Extracted records:
▽
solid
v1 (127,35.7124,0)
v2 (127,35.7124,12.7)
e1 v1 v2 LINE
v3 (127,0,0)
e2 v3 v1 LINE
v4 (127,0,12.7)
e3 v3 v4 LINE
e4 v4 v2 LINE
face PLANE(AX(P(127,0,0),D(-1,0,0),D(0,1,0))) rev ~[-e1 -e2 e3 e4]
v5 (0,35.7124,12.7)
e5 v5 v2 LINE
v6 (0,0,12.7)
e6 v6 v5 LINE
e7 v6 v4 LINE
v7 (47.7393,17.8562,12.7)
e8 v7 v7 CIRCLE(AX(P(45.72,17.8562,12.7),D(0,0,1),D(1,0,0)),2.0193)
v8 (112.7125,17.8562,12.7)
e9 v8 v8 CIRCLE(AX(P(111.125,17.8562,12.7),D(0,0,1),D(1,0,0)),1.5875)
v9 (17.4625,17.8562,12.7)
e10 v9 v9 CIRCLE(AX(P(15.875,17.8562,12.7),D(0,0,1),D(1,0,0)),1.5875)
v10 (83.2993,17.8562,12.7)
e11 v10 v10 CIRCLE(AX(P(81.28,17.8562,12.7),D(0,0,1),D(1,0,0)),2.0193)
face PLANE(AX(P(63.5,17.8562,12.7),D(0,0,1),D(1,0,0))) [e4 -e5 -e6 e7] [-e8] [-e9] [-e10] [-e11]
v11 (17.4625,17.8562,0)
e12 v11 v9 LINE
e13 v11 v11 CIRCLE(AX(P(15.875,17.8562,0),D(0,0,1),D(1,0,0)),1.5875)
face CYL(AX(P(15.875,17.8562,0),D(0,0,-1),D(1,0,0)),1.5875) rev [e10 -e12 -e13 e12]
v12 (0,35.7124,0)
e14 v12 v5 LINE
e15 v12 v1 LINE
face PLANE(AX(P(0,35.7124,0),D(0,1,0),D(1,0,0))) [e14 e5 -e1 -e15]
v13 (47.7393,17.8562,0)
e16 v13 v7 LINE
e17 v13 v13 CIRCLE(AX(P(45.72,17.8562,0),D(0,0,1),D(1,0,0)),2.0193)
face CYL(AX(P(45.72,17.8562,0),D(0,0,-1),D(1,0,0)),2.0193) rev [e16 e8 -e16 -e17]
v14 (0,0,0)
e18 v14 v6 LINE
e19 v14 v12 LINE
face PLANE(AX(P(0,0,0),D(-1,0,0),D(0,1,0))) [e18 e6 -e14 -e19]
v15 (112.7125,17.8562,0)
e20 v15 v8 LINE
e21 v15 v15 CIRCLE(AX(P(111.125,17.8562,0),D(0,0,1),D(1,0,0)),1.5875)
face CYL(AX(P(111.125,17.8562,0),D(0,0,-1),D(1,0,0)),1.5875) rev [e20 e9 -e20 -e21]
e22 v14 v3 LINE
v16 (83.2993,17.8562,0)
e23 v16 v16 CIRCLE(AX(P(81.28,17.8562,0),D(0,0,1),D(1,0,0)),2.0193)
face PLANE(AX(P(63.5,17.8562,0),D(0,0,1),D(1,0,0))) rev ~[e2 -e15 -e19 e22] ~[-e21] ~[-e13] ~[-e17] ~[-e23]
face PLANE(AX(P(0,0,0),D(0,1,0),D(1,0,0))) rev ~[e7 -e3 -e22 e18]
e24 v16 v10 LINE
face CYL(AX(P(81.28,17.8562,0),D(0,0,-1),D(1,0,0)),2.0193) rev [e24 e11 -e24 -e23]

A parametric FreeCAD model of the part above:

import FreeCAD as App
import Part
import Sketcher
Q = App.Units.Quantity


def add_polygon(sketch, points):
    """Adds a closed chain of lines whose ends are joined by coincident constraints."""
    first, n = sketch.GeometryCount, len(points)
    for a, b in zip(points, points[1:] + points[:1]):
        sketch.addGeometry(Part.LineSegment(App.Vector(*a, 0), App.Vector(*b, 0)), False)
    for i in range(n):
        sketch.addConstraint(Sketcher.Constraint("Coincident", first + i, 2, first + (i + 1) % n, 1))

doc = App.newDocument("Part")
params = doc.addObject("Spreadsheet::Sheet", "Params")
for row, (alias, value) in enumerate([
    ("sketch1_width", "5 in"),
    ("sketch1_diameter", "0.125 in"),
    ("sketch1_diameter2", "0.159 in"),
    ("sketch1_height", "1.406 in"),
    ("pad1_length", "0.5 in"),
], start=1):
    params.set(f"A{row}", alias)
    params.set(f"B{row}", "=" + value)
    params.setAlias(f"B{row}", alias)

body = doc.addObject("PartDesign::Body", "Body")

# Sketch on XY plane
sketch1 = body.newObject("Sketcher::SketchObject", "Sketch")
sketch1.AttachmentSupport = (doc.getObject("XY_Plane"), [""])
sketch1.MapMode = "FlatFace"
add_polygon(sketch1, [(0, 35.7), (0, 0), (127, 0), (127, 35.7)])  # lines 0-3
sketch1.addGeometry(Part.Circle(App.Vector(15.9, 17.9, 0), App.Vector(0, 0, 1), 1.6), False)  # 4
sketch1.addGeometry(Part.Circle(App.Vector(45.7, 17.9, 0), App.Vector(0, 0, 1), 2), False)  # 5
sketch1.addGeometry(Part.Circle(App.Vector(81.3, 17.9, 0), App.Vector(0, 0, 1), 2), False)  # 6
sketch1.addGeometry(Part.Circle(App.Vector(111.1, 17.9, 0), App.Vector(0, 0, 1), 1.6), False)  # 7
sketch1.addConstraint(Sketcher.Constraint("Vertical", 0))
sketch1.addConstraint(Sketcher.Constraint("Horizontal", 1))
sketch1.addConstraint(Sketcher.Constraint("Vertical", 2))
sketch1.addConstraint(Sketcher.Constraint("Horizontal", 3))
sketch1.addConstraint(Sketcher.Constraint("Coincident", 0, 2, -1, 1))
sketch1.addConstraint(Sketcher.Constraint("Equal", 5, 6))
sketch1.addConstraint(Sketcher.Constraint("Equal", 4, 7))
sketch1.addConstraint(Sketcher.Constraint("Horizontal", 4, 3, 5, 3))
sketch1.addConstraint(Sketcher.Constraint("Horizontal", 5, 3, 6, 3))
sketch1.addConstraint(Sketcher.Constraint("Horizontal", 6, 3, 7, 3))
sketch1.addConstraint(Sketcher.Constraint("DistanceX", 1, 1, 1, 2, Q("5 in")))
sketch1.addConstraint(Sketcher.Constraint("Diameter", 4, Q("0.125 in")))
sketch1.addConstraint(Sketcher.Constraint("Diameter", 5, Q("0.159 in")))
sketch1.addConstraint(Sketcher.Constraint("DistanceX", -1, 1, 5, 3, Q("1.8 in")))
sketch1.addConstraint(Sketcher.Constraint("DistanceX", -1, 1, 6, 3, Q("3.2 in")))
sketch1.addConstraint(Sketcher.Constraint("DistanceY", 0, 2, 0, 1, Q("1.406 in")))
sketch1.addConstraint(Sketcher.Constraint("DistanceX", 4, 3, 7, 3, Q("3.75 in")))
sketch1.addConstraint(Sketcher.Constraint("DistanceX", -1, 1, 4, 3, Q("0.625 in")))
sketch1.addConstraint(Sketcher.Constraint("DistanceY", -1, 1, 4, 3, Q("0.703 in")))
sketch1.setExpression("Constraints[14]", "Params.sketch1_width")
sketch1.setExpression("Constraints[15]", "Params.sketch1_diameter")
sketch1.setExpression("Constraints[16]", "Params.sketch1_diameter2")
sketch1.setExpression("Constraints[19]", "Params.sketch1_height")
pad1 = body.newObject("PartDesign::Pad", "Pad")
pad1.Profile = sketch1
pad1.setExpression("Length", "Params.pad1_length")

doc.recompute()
△
§ Work order:
Look above for the line holding "v16 (83.2993,17.8562,0)" and the line holding "A parametric FreeCAD". Retype both, and every line between them, word for word and nothing else.

§ Output:
v16 (83.2993,17.8562,0)
e23 v16 v16 CIRCLE(AX(P(81.28,17.8562,0),D(0,0,1),D(1,0,0)),2.0193)
face PLANE(AX(P(63.5,17.8562,0),D(0,0,1),D(1,0,0))) rev ~[e2 -e15 -e19 e22] ~[-e21] ~[-e13] ~[-e17] ~[-e23]
face PLANE(AX(P(0,0,0),D(0,1,0),D(1,0,0))) rev ~[e7 -e3 -e22 e18]
e24 v16 v10 LINE
face CYL(AX(P(81.28,17.8562,0),D(0,0,-1),D(1,0,0)),2.0193) rev [e24 e11 -e24 -e23]

A parametric FreeCAD model of the part above:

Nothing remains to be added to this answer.